2. This resolution has already been rejected by those living and hunting in the CWD zone (resolution 540410)

3. This concept has not been included in any DNR/NRB, CWD management plan (5 yr., 10 yr., 15 yr.) No other state has inserted crossbows as a tool to address CWD. 

4. The majority of hunters in the last 2 DNR surveys have already rejected expanded crossbow usage. (2005 and 2009)

5. The CWD problem is being exploited to advance a crossbow agenda 


Thank you for your consideration.

Wisconsin Bowhunters Association"_

-------------------------------------



_ "FROM: Wisconsin Traditional Archers

The Wisconsin Traditional Archers would like to express opposition to resolution 640310, which seeks to expand crossbow use in the CWD zone during the archery deer season.

There are several reasons why this resolution should be rejected. First, this same resolution was already rejected in Rock County by people that live and hunt in the CWD zone (see resolution 540410) Allowing a resolution from the other side of the state to override the votes of those in the affected area seems improper.

Secondly, firearms will always be the most effective means of reducing deer numbers. Adding crossbows to the archery season will do little to nothing to boost harvest numbers because hunters are not likely to spend $800 on a new weapon when they already have firearms and bows on hand. Land access, available time and a willingness to reduce the herd should be explored and will be far more effective than changing crossbow laws. Allowing crossbows will do nothing to increase harvests because the hunter that is willing to kill a deer in the CWD zone is already hunting with a gun and/or a bow and will only kill a certain number of deer regardless of weapons choice.

Thirdly, this idea has already been rejected. The concept of inserting crossbows into the archery deer season in the CWD management zone was discussed and determined to offer little to no additional harvest numbers because it is not a lack of weapons choices that determines the number of deer harvested. Likewise, the DNR’s recent release of the 15 year plan includes no mention of crossbows because it was determined that adding crossbows will not be effective in effecting CWD

Fourth, the concept of allowing crossbows in the archery deer season has been surveyed by the DNR on a statewide level and each time, the concept has been rejected by the majority. This may be why those in the CWD zone rejected this resolution in Rock County.
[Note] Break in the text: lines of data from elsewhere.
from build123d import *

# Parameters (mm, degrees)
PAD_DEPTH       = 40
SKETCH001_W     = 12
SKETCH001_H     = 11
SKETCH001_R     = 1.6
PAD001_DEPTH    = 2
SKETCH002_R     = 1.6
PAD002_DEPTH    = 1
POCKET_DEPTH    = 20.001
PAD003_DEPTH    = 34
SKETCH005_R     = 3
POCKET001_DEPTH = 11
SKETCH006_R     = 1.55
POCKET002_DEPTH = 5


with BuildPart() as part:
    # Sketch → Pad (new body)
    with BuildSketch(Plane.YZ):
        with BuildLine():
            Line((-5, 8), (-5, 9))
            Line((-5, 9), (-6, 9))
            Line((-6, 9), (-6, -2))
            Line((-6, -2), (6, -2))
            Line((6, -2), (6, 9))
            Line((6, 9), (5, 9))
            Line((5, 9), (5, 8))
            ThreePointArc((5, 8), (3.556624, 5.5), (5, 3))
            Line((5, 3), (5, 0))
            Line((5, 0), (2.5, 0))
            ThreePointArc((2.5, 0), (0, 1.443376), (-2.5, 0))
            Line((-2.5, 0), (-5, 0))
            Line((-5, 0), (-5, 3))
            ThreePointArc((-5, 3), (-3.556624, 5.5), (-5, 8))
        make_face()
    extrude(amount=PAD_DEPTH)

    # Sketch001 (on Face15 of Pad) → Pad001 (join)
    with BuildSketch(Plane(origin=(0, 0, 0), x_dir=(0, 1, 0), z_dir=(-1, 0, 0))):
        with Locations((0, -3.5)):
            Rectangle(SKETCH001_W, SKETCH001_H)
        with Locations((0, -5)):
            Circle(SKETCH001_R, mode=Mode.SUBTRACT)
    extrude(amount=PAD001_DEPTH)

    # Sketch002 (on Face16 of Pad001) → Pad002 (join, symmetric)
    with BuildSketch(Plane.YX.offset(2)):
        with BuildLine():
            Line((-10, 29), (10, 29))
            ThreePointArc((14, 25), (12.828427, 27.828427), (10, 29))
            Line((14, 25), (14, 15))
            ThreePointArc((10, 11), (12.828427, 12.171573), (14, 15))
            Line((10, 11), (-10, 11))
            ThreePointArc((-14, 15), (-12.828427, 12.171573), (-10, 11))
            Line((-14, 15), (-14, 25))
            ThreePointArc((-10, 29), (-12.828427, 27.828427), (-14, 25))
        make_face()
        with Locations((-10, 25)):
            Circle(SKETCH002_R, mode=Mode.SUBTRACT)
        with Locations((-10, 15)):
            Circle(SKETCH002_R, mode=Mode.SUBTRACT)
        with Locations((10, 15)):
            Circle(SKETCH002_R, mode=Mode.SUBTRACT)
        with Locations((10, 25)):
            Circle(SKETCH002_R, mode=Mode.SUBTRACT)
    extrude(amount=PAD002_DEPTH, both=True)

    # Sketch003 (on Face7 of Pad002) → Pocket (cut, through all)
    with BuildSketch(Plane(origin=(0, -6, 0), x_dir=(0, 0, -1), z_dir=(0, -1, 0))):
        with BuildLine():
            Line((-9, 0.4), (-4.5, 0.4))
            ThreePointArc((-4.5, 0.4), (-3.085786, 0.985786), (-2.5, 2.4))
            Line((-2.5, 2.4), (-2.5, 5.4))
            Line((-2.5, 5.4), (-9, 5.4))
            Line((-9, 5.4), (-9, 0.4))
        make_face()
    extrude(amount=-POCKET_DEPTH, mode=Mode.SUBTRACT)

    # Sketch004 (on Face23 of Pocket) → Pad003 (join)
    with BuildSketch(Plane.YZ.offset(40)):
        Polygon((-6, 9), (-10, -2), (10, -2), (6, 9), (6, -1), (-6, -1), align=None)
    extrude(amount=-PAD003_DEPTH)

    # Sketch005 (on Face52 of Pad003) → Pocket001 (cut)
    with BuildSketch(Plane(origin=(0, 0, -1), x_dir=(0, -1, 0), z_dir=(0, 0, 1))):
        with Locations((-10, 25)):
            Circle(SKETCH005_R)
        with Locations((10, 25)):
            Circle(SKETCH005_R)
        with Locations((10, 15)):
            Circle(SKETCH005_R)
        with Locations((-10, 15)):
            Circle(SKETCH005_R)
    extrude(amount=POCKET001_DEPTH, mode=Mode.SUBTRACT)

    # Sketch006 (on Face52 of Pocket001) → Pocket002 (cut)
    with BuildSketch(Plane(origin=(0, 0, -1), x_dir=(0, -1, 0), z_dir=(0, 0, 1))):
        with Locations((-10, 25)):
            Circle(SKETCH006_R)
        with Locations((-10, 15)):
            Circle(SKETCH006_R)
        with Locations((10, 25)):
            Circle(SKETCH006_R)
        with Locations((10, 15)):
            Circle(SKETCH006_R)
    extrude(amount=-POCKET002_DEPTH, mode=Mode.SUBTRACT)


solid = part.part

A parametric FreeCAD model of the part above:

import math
import FreeCAD as App
import Part
import Sketcher

V = App.Vector
Q = App.Units.Quantity

doc = App.newDocument("Part")
body = doc.addObject("PartDesign::Body", "Body")

# Sketch on YZ plane
sketch1 = body.newObject("Sketcher::SketchObject", "Sketch")
sketch1.AttachmentSupport = (doc.getObject("YZ_Plane"), [""])
sketch1.MapMode = "FlatFace"
sketch1.addGeometry([
    Part.LineSegment(V(-5, 8, 0), V(-5, 9, 0)),  # 0
    Part.LineSegment(V(-5, 9, 0), V(-6, 9, 0)),  # 1
    Part.LineSegment(V(-6, 9, 0), V(-6, -2, 0)),  # 2
    Part.LineSegment(V(-6, -2, 0), V(6, -2, 0)),  # 3
    Part.LineSegment(V(6, -2, 0), V(6, 9, 0)),  # 4
    Part.LineSegment(V(6, 9, 0), V(5, 9, 0)),  # 5
    Part.LineSegment(V(5, 9, 0), V(5, 8, 0)),  # 6
    Part.ArcOfCircle(Part.Circle(V(6.443375, 5.5, 0), V(0, 0, 1), 2.886751), math.radians(119.999989), math.radians(240.000011)),  # 7
    Part.LineSegment(V(5, 3, 0), V(5, 0, 0)),  # 8
    Part.LineSegment(V(5, 0, 0), V(2.5, 0, 0)),  # 9
    Part.ArcOfCircle(Part.Circle(V(0, -1.443375, 0), V(0, 0, 1), 2.886751), math.radians(29.999989), math.radians(150.000011)),  # 10
    Part.LineSegment(V(-2.5, 0, 0), V(-5, 0, 0)),  # 11
    Part.LineSegment(V(-5, 0, 0), V(-5, 3, 0)),  # 12
    Part.ArcOfCircle(Part.Circle(V(-6.443375, 5.5, 0), V(0, 0, 1), 2.886751), math.radians(-60.000011), math.radians(60.000011)),  # 13
], False)
sketch1.addConstraint([
    Sketcher.Constraint("Coincident", 0, 2, 1, 1),
    Sketcher.Constraint("Coincident", 1, 2, 2, 1),
    Sketcher.Constraint("Coincident", 2, 2, 3, 1),
    Sketcher.Constraint("Coincident", 3, 2, 4, 1),
    Sketcher.Constraint("Coincident", 4, 2, 5, 1),
    Sketcher.Constraint("Coincident", 5, 2, 6, 1),
    Sketcher.Constraint("Coincident", 6, 2, 7, 1),
    Sketcher.Constraint("Coincident", 7, 2, 8, 1),
    Sketcher.Constraint("Coincident", 8, 2, 9, 1),
    Sketcher.Constraint("Coincident", 9, 2, 10, 1),
    Sketcher.Constraint("Coincident", 10, 2, 11, 1),
    Sketcher.Constraint("Coincident", 11, 2, 12, 1),
    Sketcher.Constraint("Coincident", 12, 2, 13, 1),
    Sketcher.Constraint("Coincident", 13, 2, 0, 1),
    Sketcher.Constraint("Vertical", 0),
    Sketcher.Constraint("Horizontal", 1),
    Sketcher.Constraint("Vertical", 2),
    Sketcher.Constraint("Horizontal", 3),
    Sketcher.Constraint("Vertical", 4),
    Sketcher.Constraint("Horizontal", 5),
    Sketcher.Constraint("Vertical", 6),
    Sketcher.Constraint("Vertical", 8),
    Sketcher.Constraint("Horizontal", 9),
    Sketcher.Constraint("Horizontal", 11),
    Sketcher.Constraint("Vertical", 12),
    Sketcher.Constraint("Equal", 7, 10),
    Sketcher.Constraint("Equal", 10, 13),
    Sketcher.Constraint("Symmetric", 9, 2, 10, 2, -1, 1),
    Sketcher.Constraint("Symmetric", 7, 3, 13, 3, -2),
    Sketcher.Constraint("Symmetric", 1, 2, 4, 2, -2),
    Sketcher.Constraint("Symmetric", 8, 2, 11, 2, -2),
    Sketcher.Constraint("Horizontal", 6, 2, 13, 2),
    Sketcher.Constraint("Vertical", 6, 2, 7, 2),
    Sketcher.Constraint("Equal", 5, 0),
    Sketcher.Constraint("DistanceX", 1, 2, 1, 1, Q("1 mm")),
    Sketcher.Constraint("DistanceX", 3, 1, 3, 2, Q("12 mm")),
    Sketcher.Constraint("DistanceY", 2, 2, 2, 1, Q("11 mm")),
    Sketcher.Constraint("DistanceY", 8, 2, 8, 1, Q("3 mm")),
    Sketcher.Constraint("DistanceX", 9, 2, 9, 1, Q("2.5 mm")),
    Sketcher.Constraint("DistanceY", -1, 1, 0, 2, Q("9 mm")),
    Sketcher.Constraint("Radius", 7, Q("2.886751 mm")),
])
pad1 = body.newObject("PartDesign::Pad", "Pad")
pad1.Profile = sketch1
pad1.Length = 40

# Sketch on YZ plane
sketch2 = body.newObject("Sketcher::SketchObject", "Sketch001")
sketch2.AttachmentSupport = (doc.getObject("YZ_Plane"), [""])
sketch2.MapMode = "FlatFace"
sketch2.addGeometry([
    Part.LineSegment(V(-6, -2, 0), V(-6, 9, 0)),  # 0
    Part.LineSegment(V(-6, 9, 0), V(6, 9, 0)),  # 1
    Part.LineSegment(V(6, 9, 0), V(6, -2, 0)),  # 2
    Part.LineSegment(V(6, -2, 0), V(-6, -2, 0)),  # 3
    Part.Circle(V(0, 5, 0), V(0, 0, 1), 1.6),  # 4
], False)
sketch2.addConstraint([
    Sketcher.Constraint("Coincident", 0, 2, 1, 1),
    Sketcher.Constraint("Coincident", 1, 2, 2, 1),
    Sketcher.Constraint("Coincident", 2, 2, 3, 1),
    Sketcher.Constraint("Coincident", 3, 2, 0, 1),
    Sketcher.Constraint("Vertical", 0),
    Sketcher.Constraint("Horizontal", 1),
    Sketcher.Constraint("Vertical", 2),
    Sketcher.Constraint("Horizontal", 3),
    Sketcher.Constraint("PointOnObject", 4, 3, -2),
    Sketcher.Constraint("Diameter", 4, Q("3.2 mm")),
    Sketcher.Constraint("DistanceX", 1, 1, 1, 2, Q("12 mm")),
    Sketcher.Constraint("DistanceY", 0, 1, 0, 2, Q("11 mm")),
    Sketcher.Constraint("DistanceY", -1, 1, 4, 3, Q("5 mm")),
    Sketcher.Constraint("DistanceX", 0, 2, -1, 1, Q("6 mm")),
    Sketcher.Constraint("DistanceY", -1, 1, 0, 2, Q("9 mm")),
])
pad2 = body.newObject("PartDesign::Pad", "Pad001")
pad2.Profile = sketch2
pad2.Length = 2
pad2.Reversed = True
The resolution from Vilas County is not about CWD, nor deer harvest, nor Bowhunting. It was submitted as a way to expand crossbow use by using the CWD situation as way to expand crossbows by those with an agenda. 
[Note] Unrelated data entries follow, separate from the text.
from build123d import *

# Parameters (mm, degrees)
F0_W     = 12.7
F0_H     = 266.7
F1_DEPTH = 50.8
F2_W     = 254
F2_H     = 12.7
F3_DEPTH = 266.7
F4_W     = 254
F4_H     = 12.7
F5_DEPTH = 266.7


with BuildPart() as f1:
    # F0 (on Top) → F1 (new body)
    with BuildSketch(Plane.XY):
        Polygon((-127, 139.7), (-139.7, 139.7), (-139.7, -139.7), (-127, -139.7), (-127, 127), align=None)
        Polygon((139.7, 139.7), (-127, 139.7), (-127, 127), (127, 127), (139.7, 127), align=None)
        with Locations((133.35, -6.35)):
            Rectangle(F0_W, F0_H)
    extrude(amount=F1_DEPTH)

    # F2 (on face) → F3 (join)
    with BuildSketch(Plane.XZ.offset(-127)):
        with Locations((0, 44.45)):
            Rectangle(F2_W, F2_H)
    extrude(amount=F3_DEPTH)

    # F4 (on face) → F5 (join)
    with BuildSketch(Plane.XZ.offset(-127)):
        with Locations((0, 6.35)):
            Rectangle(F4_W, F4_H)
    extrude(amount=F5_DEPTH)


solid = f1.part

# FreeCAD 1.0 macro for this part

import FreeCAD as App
import Part
import Sketcher

V = App.Vector
Q = App.Units.Quantity

doc = App.newDocument("Part")
body = doc.addObject("PartDesign::Body", "Body")

# Sketch on XY plane
sketch1 = body.newObject("Sketcher::SketchObject", "Sketch")
sketch1.AttachmentSupport = (doc.getObject("XY_Plane"), [""])
sketch1.MapMode = "FlatFace"
sketch1.addGeometry([
    Part.LineSegment(V(-140, 140, 0), V(-140, -140, 0)),  # 0
    Part.LineSegment(V(-140, -140, 0), V(-127, -140, 0)),  # 1
    Part.LineSegment(V(-127, -140, 0), V(-127, 127, 0)),  # 2
    Part.LineSegment(V(-127, 127, 0), V(127, 127, 0)),  # 3
    Part.LineSegment(V(127, 127, 0), V(127, -140, 0)),  # 4
    Part.LineSegment(V(127, -140, 0), V(140, -140, 0)),  # 5
    Part.LineSegment(V(140, -140, 0), V(140, 140, 0)),  # 6
    Part.LineSegment(V(140, 140, 0), V(-140, 140, 0)),  # 7
], False)
sketch1.addConstraint([
    Sketcher.Constraint("Coincident", 0, 2, 1, 1),
    Sketcher.Constraint("Coincident", 1, 2, 2, 1),
    Sketcher.Constraint("Coincident", 2, 2, 3, 1),
    Sketcher.Constraint("Coincident", 3, 2, 4, 1),
    Sketcher.Constraint("Coincident", 4, 2, 5, 1),
    Sketcher.Constraint("Coincident", 5, 2, 6, 1),
    Sketcher.Constraint("Coincident", 6, 2, 7, 1),
    Sketcher.Constraint("Coincident", 7, 2, 0, 1),
    Sketcher.Constraint("Vertical", 0),
    Sketcher.Constraint("Horizontal", 1),
    Sketcher.Constraint("Vertical", 2),
    Sketcher.Constraint("Horizontal", 3),
    Sketcher.Constraint("Vertical", 4),
    Sketcher.Constraint("Horizontal", 5),
    Sketcher.Constraint("Vertical", 6),
    Sketcher.Constraint("Horizontal", 7),
    Sketcher.Constraint("Symmetric", 0, 2, 6, 2, -1, 1),
    Sketcher.Constraint("Symmetric", 1, 2, 4, 2, -2),
    Sketcher.Constraint("Equal", 7, 0),
    Sketcher.Constraint("DistanceX", 3, 1, 3, 2, Q("10 in")),
    Sketcher.Constraint("DistanceX", 7, 2, 7, 1, Q("11 in")),
    Sketcher.Constraint("DistanceY", 2, 1, 2, 2, Q("10.5 in")),
])
pad1 = body.newObject("PartDesign::Pad", "Pad")
pad1.Profile = sketch1
pad1.Length = Q("2 in")

# Sketch on XZ plane
sketch2 = body.newObject("Sketcher::SketchObject", "Sketch001")
sketch2.AttachmentSupport = (doc.getObject("XZ_Plane"), [""])
sketch2.MapMode = "FlatFace"
sketch2.AttachmentOffset = App.Placement(V(0, 0, -5 * 25.4), App.Rotation())
sketch2.addGeometry([
    Part.LineSegment(V(-127, 51, 0), V(-127, 38, 0)),
    Part.LineSegment(V(-127, 38, 0), V(127, 38, 0)),
    Part.LineSegment(V(127, 38, 0), V(127, 51, 0)),
    Part.LineSegment(V(127, 51, 0), V(-127, 51, 0)),
], False)
sketch2.addConstraint([
    Sketcher.Constraint("Coincident", 0, 2, 1, 1),
    Sketcher.Constraint("Coincident", 1, 2, 2, 1),
    Sketcher.Constraint("Coincident", 2, 2, 3, 1),
    Sketcher.Constraint("Coincident", 3, 2, 0, 1),
    Sketcher.Constraint("Vertical", 0),
    Sketcher.Constraint("Horizontal", 1),
    Sketcher.Constraint("Vertical", 2),
    Sketcher.Constraint("Horizontal", 3),
    Sketcher.Constraint("DistanceX", 1, 1, 1, 2, Q("10 in")),
    Sketcher.Constraint("DistanceY", 0, 2, 0, 1, Q("0.5 in")),
    Sketcher.Constraint("DistanceX", 0, 2, -1, 1, Q("5 in")),
    Sketcher.Constraint("DistanceY", -1, 1, 2, 2, Q("2 in")),
])
pad2 = body.newObject("PartDesign::Pad", "Pad001")
pad2.Profile = sketch2
pad2.Length = Q("10.5 in")

# Sketch on XZ plane
sketch3 = body.newObject("Sketcher::SketchObject", "Sketch002")
sketch3.AttachmentSupport = (doc.getObject("XZ_Plane"), [""])
sketch3.MapMode = "FlatFace"
sketch3.AttachmentOffset = App.Placement(V(0, 0, -5 * 25.4), App.Rotation())
sketch3.addGeometry([
    Part.LineSegment(V(-127, 13, 0), V(-127, 0, 0)),
    Part.LineSegment(V(-127, 0, 0), V(127, 0, 0)),
    Part.LineSegment(V(127, 0, 0), V(127, 13, 0)),
    Part.LineSegment(V(127, 13, 0), V(-127, 13, 0)),
], False)
sketch3.addConstraint([
    Sketcher.Constraint("Coincident", 0, 2, 1, 1),
    Sketcher.Constraint("Coincident", 1, 2, 2, 1),
    Sketcher.Constraint("Coincident", 2, 2, 3, 1),
    Sketcher.Constraint("Coincident", 3, 2, 0, 1),
    Sketcher.Constraint("Vertical", 0),
    Sketcher.Constraint("Horizontal", 1),
    Sketcher.Constraint("Vertical", 2),
    Sketcher.Constraint("Horizontal", 3),
    Sketcher.Constraint("Symmetric", 0, 2, 1, 2, -1, 1),
    Sketcher.Constraint("DistanceX", 1, 1, 1, 2, Q("10 in")),
    Sketcher.Constraint("DistanceY", 0, 2, 0, 1, Q("0.5 in")),
])
pad3 = body.newObject("PartDesign::Pad", "Pad002")
pad3.Profile = sketch3
pad3.Length = Q("10.5 in")

doc.recompute()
It is the opinion of the Wisconsin Traditional Archers that this is nothing more than the old sales ploy, one must first get your foot in the door. The resolution was presented in Vilas County. Far from any CWD zone. This resolution is not about controlling CWD, It is about expanding crossbow use. The crossbow is not the magic weapon to control CWD. 

Wisconsin Traditional Archers asks you to help us keep crossbow use in Wisconsin right where it is and to NOT expand it’s use based on this resolution. Please reject resolution 640310 since it has already been rejected in the CWD zone and this resolution really only addresses crossbow expansion and not controlling CWD.

Thank you for your consideration.

Sincerely, Wisconsin Traditional Archers Board of Directors."_
------------------------------

This resolution was submitted by the head of the Wisconsin crossbow hunters org. That point was not wasted on the committee who called the author out by saying "C'mon, you know full well this has nothing to do with CWD and is just a back door attempt to find a place for crossbows in the archery deer season where other attempts have failed" That point was repeated several times throughout the discussion. After discussion, the Conservation Congress CWD Ad Hoc committee voted *not* to advance the resolution and it was rejected. 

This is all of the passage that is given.